If I were to apply the most charitable of assumptions and decide that each tick mark, no matter where it’s placed on the axis, represents an even x10 multiplier on the previous tick mark, it seems that it would take a little less than 10^11, or 100 billion additional test-time compute to go from 20% accuracy to 60% accuracy. If each unit of test-time compute were a second, that means it would take ~3000 years of thinking time for o1 to go from 20% accuracy to 60% accuracy. To go from 60% accuracy to 80% accuracy, another 5 tick marks, it would take another 317,094,919 years.
And, again, this is the most charitable reading of the graph. It’s more likely that the spaces between ticks on the log scale axis do imply an even larger range and orders of magnitude more compute time to reach each milestone.

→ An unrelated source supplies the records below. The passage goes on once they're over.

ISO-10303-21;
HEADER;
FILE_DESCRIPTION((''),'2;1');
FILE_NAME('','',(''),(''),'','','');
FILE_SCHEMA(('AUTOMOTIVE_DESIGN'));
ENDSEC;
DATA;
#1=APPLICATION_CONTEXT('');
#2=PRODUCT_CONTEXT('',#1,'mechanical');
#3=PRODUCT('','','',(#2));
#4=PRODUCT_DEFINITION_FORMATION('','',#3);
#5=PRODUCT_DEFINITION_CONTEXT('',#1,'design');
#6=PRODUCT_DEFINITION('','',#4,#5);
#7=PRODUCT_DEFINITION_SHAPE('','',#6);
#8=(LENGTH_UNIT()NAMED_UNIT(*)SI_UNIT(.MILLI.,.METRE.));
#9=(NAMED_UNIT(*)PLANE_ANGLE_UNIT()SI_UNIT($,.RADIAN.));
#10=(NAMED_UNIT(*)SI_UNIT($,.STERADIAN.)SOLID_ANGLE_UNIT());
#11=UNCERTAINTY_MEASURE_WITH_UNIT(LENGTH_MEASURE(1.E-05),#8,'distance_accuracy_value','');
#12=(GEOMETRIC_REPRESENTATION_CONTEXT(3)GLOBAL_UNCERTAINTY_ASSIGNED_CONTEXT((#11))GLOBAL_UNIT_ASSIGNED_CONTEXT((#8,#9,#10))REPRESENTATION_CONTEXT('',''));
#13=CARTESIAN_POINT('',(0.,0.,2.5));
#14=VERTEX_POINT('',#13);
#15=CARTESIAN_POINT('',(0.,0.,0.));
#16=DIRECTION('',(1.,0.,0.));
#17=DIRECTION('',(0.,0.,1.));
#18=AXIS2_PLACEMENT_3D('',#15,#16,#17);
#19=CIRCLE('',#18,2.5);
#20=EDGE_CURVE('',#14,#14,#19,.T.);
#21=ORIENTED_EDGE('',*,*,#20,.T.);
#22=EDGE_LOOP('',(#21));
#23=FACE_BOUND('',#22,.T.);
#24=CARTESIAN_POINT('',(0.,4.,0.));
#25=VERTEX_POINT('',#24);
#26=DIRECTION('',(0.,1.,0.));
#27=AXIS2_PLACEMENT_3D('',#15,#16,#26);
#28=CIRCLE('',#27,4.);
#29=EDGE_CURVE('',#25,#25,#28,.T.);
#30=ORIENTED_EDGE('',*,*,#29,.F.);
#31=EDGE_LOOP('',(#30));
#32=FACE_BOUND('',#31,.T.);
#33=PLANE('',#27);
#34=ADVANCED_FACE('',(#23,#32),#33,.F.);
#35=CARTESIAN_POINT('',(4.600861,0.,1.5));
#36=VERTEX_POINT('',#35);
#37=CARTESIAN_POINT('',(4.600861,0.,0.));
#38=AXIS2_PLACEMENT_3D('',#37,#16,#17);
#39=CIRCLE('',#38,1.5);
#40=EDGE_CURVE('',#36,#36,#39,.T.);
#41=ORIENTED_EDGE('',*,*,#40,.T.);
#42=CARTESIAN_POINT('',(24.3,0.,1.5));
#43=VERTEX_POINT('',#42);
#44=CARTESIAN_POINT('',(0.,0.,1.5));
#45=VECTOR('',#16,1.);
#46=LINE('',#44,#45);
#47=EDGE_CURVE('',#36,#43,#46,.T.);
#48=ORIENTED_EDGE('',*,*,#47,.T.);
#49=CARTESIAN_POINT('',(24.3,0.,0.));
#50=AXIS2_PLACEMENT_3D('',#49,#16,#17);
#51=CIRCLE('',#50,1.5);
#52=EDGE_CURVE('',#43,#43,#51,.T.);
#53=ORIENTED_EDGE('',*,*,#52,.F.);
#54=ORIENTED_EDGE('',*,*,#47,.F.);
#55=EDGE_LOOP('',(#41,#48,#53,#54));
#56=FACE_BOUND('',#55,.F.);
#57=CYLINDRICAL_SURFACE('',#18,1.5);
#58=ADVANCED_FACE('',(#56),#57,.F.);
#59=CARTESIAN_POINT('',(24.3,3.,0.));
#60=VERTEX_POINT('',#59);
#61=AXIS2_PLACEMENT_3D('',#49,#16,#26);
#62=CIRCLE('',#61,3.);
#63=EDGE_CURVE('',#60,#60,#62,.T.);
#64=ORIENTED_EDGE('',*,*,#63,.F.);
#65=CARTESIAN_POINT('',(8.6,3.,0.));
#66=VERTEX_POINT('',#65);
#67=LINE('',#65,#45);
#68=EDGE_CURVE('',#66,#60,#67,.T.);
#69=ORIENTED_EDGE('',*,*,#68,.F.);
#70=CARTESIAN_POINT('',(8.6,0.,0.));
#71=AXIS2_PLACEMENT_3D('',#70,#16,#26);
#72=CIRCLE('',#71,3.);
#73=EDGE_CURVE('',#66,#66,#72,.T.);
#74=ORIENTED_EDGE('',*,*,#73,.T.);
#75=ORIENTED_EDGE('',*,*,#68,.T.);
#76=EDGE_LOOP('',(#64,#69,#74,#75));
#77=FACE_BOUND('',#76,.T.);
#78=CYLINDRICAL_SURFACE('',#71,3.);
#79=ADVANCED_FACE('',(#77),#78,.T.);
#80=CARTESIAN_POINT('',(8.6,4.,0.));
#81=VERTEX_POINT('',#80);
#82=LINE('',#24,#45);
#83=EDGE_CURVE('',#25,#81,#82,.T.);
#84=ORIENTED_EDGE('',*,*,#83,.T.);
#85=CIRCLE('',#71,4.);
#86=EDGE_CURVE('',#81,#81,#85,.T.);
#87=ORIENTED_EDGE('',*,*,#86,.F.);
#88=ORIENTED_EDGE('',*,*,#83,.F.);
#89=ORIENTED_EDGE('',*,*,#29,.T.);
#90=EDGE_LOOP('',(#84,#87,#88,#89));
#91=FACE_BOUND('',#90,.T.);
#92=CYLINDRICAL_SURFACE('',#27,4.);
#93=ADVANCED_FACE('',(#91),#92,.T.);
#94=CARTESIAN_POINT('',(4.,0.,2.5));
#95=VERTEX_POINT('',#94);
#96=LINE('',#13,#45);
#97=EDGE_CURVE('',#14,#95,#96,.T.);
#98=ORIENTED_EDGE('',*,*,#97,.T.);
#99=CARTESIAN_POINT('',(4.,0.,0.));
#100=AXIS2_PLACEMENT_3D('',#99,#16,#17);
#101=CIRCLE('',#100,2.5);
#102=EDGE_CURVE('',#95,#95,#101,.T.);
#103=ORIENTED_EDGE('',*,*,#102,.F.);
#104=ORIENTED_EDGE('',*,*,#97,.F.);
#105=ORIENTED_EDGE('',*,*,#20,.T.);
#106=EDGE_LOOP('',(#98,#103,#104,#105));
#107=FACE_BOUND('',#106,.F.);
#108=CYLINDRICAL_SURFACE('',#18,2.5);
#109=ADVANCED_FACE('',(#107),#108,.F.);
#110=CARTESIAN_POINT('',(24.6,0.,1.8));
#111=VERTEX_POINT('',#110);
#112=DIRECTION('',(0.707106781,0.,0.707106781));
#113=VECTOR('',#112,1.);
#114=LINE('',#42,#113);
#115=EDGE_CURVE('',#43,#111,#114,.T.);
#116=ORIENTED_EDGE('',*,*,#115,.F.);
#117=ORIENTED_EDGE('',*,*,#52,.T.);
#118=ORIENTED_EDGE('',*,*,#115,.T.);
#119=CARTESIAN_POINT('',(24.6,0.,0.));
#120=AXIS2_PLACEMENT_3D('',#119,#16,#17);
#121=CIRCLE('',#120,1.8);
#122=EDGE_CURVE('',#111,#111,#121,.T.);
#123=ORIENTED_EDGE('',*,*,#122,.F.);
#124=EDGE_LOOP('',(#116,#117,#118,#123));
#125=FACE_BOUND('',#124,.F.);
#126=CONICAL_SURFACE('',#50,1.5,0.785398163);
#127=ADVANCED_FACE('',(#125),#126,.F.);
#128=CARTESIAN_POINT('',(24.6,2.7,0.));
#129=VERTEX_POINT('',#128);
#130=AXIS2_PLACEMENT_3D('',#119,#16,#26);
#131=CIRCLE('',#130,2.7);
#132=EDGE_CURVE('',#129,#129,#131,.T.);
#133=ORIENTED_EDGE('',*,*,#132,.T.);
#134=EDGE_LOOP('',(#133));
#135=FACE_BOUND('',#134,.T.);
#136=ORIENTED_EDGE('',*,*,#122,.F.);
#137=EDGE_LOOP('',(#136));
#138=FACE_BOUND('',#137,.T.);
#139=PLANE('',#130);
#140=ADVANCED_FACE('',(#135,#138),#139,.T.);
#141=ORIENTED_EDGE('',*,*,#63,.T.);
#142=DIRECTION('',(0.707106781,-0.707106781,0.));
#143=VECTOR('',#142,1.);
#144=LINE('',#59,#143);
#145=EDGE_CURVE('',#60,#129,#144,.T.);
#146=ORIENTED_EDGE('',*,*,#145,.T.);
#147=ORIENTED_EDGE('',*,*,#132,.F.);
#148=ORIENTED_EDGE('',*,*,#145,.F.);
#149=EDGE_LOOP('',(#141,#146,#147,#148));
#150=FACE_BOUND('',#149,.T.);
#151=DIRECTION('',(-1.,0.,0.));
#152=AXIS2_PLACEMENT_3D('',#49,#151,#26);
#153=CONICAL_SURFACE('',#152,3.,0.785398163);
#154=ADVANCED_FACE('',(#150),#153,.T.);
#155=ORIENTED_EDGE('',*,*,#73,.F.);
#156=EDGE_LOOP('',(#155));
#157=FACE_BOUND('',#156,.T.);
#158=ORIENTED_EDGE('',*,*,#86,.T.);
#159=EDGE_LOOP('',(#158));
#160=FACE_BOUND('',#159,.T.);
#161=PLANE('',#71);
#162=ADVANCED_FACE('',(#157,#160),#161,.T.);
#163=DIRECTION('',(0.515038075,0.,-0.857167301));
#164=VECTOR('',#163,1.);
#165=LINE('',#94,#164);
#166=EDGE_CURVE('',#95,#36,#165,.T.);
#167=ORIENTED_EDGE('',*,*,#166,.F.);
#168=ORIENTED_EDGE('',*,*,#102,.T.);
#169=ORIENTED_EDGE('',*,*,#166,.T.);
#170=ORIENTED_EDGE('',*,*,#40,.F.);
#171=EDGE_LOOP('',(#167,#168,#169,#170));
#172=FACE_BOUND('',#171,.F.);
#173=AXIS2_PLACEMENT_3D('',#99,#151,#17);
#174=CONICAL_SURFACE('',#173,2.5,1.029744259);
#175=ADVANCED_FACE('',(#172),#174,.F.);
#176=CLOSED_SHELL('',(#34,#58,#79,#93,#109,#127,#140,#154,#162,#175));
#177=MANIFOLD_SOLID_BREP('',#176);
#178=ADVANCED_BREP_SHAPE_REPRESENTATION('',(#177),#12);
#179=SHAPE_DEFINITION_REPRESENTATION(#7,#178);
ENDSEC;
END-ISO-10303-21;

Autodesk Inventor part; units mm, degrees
ref_plane "YZ Plane" through (0, 0, 0) normal (1, 0, 0) x (0, 1, 0)
ref_plane "XZ Plane" through (0, 0, 0) normal (0, 1, 0) x (-1, 0, 0)
ref_plane "XY Plane" through (0, 0, 0) normal (0, 0, 1) x (1, 0, 0)
sketch "Skizze1" plane through (0, 0, 0) normal (0, 0, 1) x (1, 0, 0)
  line L0 (0, 0) -> (24.6, 0)
  line L1 (0, 0) -> (0, 4)
  line L2 (0, 4) -> (8.6, 4)
  line L3 (8.6, 4) -> (8.6, 3)
  line L4 (8.6, 3) -> (24.6, 3)
  line L5 (24.6, 3) -> (24.6, 0)
  dimension "d0" = 8
  dimension "d1" = 6
  dimension "d2" = 8.6
  dimension "d3" = 16
revolve "Umdrehung1" add sketch "Skizze1" angle 360 about axis through (0, 0, 0) along (1, 0, 0)
sketch "Skizze2" plane through (0, 0, 0) normal (-1, 0, 0) x (0, 0, 1)
  point P0 (0, 0)
hole "Bohrung1" at (0, 0, 0) direction (1, 0, 0) diameter 3 end through all
hole "Bohrung2" at (0, 0, 0) direction (1, 0, 0) diameter 5 depth 4 tip angle 118
thread "Gewinde1" size "M6x1" class "6g" standard "ANSI Metric M Profile" length 8
chamfer "Fase1" distance 0.3 angle 45 2 edges at (24.6, -3, 0) (24.6, 0, -1.5)
properties part number "SlipRingExtender" material "Messing, weicher Gelbton"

Obviously, compute time is better expressed in terms of the tiniest fractions of a millisecond, but I hope that the seconds allusion helps to demonstrate the immense scale of computational time and resources necessary to reach reasonable levels of accuracy in these models. Accordingly, o1-preview is notably slow to query, and current ChatGPT Plus users are limited to 30 queries per week to avoid what I can only assume to be heinous operating costs.
It is these clear, but murkily defined, drawbacks in terms of resource usage that give me pause when evaluating o1’s results in the context of current applications and in relation to previous OpenAI models.
In summary, I think o1 is an impressive product and, for better or worse, a giant leap forward in AI capability. I also don’t think that o1 is ready to replace software engineers, despite impressive performances on OpenAI interview questions. I don’t think that it is advanced enough to make solid enough progress on research questions to justify the unclear, but probably immense cost of training and test-time compute. For most clients, I can imagine that customized instances of GPT-4o provide equivalent service to o1-preview at a much cheaper price.
I think the ultimate value of OpenAI o1 at the moment is its status as the first in a generation of models built on a chain-of-thought foundation. Going forward, I would not be surprised to see a cascade of innovation based on the success of this idea for improvement in complex reasoning.
Also, if someone has a better grasp on the actual leap in cost – economic, environmental, etc – of o1 compared to previous models, please let me know!